You shall not eat anything with its blood. You shall not practice divination or soothsaying.” (Leviticus 19:26) The Israel Bible

When you enter the land that Hashem your God is giving you, you shall not learn to imitate the abhorrent practices of those nations. Let no one be found among you who consigns his son or daughter to the fire, or who is an augur, a soothsayer, a diviner, a sorcerer, one who casts spells, or one who consults ghosts or familiar spirits, or one who inquires of the dead. For anyone who does such things is abhorrent to Hashem, and it is because of these abhorrent things that Hashem your God is dispossessing them before you. You must be wholehearted with Hashem your God.” (Deuteronomy 18:9-13) The Israel Bible

Hashem said, “Let there be lights in the expanse of the sky to separate day from night; they shall serve as signs for the set times—the days and the years;” (Genesis 1:14) The Israel Bible

According to Trugman, “Judaism does not believe in trying to see the future according to astrology, it does recognize a certain influence of the planets on the physical as well as the psychological and emotional planes.”
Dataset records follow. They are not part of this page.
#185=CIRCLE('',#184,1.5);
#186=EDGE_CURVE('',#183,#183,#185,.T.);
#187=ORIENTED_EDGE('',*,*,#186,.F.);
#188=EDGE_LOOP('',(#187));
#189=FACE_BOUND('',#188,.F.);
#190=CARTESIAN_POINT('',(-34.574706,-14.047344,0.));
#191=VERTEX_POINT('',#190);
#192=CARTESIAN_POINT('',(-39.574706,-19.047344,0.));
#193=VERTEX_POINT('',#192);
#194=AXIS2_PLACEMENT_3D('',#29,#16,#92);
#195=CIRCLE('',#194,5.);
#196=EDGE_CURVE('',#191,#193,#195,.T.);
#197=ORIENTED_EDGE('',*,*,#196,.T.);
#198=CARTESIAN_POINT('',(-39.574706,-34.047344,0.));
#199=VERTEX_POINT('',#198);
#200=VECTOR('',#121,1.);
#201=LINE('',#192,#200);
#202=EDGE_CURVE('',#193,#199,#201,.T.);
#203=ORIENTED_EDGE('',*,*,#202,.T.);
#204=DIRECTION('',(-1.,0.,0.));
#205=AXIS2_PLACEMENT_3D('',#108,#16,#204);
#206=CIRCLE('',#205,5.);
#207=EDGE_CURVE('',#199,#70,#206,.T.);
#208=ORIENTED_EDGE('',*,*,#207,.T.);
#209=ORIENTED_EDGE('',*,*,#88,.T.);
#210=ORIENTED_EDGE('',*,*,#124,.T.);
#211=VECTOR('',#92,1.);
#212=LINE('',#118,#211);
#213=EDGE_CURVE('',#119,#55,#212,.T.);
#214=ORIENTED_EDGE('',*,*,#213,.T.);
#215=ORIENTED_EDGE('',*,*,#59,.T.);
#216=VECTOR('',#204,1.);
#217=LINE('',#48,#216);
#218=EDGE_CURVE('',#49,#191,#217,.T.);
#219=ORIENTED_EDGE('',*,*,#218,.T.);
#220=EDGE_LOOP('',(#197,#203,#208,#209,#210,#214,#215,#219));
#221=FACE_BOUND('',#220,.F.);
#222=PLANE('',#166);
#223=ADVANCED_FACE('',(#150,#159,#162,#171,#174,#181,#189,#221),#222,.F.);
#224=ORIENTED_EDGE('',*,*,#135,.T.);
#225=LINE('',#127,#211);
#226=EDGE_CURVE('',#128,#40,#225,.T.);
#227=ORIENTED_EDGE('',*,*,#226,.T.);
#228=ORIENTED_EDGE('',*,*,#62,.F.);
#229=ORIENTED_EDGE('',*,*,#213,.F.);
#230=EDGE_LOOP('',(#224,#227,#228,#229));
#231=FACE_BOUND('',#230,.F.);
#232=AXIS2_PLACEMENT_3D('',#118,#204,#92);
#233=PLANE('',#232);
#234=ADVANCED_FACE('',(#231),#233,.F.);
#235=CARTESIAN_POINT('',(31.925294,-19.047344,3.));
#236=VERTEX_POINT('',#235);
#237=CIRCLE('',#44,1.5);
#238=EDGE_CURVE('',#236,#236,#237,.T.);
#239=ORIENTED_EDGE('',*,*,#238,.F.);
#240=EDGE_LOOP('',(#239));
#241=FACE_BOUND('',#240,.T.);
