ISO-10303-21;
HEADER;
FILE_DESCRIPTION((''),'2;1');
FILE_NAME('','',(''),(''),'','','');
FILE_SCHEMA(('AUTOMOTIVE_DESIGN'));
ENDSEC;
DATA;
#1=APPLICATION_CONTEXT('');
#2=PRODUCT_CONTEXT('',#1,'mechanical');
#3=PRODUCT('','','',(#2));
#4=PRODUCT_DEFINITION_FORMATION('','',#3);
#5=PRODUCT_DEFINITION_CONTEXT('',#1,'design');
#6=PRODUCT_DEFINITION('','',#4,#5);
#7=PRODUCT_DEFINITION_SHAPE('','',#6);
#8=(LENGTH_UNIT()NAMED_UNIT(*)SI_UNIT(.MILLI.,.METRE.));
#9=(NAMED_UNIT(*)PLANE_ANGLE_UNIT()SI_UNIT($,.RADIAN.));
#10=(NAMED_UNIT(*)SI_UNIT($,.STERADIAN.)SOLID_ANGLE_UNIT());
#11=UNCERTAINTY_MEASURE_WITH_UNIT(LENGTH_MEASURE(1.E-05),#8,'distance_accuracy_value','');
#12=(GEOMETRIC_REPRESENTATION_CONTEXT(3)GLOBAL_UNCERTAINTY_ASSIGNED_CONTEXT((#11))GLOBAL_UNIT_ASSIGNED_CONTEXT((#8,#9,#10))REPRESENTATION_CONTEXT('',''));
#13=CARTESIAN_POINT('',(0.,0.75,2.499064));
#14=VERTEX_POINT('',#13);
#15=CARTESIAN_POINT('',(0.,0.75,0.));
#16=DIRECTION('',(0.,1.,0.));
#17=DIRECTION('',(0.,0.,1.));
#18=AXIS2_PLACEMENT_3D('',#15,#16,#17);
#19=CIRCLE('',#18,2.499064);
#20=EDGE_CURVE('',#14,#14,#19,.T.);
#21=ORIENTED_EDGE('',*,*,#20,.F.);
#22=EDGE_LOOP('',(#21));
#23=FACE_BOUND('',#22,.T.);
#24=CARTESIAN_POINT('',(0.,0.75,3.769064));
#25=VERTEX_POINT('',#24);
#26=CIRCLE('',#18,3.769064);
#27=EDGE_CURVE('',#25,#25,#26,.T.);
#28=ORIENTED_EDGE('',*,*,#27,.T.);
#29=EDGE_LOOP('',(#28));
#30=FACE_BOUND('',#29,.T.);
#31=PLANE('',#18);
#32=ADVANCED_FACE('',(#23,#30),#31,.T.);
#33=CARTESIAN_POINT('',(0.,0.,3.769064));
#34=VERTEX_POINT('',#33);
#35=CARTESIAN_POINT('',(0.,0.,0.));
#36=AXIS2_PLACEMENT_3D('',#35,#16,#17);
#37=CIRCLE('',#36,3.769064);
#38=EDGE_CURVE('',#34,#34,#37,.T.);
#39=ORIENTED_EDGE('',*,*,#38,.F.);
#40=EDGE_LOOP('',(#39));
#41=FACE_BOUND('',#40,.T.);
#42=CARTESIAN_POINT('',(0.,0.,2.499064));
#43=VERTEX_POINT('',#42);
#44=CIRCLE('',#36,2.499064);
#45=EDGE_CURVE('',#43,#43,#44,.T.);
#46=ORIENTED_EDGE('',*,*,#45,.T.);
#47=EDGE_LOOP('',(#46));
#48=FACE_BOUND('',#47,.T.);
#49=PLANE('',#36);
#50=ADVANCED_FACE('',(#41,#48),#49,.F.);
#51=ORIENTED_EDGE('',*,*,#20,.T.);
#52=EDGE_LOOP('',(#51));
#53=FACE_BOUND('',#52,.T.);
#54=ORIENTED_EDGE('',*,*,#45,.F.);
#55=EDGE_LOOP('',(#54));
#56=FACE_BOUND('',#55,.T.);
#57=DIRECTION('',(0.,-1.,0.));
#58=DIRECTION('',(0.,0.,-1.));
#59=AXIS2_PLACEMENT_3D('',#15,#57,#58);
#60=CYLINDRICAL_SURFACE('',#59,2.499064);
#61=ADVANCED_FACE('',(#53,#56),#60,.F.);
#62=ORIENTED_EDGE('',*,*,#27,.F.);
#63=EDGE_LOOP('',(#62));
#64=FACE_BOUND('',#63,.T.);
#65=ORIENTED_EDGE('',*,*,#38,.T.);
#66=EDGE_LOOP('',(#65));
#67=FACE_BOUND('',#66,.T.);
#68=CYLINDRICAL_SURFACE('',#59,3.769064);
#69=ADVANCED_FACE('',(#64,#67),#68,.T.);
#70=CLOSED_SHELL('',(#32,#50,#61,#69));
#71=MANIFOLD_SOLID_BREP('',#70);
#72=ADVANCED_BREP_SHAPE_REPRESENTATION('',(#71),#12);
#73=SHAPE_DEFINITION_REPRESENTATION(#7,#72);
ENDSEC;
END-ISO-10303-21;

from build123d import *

# Parameters (mm, degrees)
SKETCH1_R           = 3.76906403
SKETCH1_R_2         = 2.49906403
BOSS_EXTRUDE1_DEPTH = 0.75


with BuildPart() as part:
    # Sketch1 → Boss-Extrude1 (new body)
    with BuildSketch(Plane(origin=(0, 0, 0), x_dir=(1, 0, 0), z_dir=(0, 1, 0))):
        with Locations(Location((0, 0, 0), (0, 0, 270))):
            Circle(SKETCH1_R)
        with Locations(Location((0, 0, 0), (0, 0, 270))):
            Circle(SKETCH1_R_2, mode=Mode.SUBTRACT)
    extrude(amount=BOSS_EXTRUDE1_DEPTH)


solid = part.part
He told Breaking Israel News, “the Hebrew word mazal literally means ‘constellation’ and as a verb, a flow of energy. In the context of birthdays and according to the Talmud, it means that the same flow of energy and planetary influences present at one’s birth reappear and are in fact strengthened on a birthday.”

In this way, Trugman added, one’s mazal is in ascendency on one’s birthday and it is therefore an auspicious time to review one’s life, to formulate new goals, give charity, do acts of loving kindness, pray from the heart, learn Torah, spend time in quiet contemplation and show appreciation to one’s parents, the “vehicle through which our souls enter the physical plane,” and to God, for the gift of life.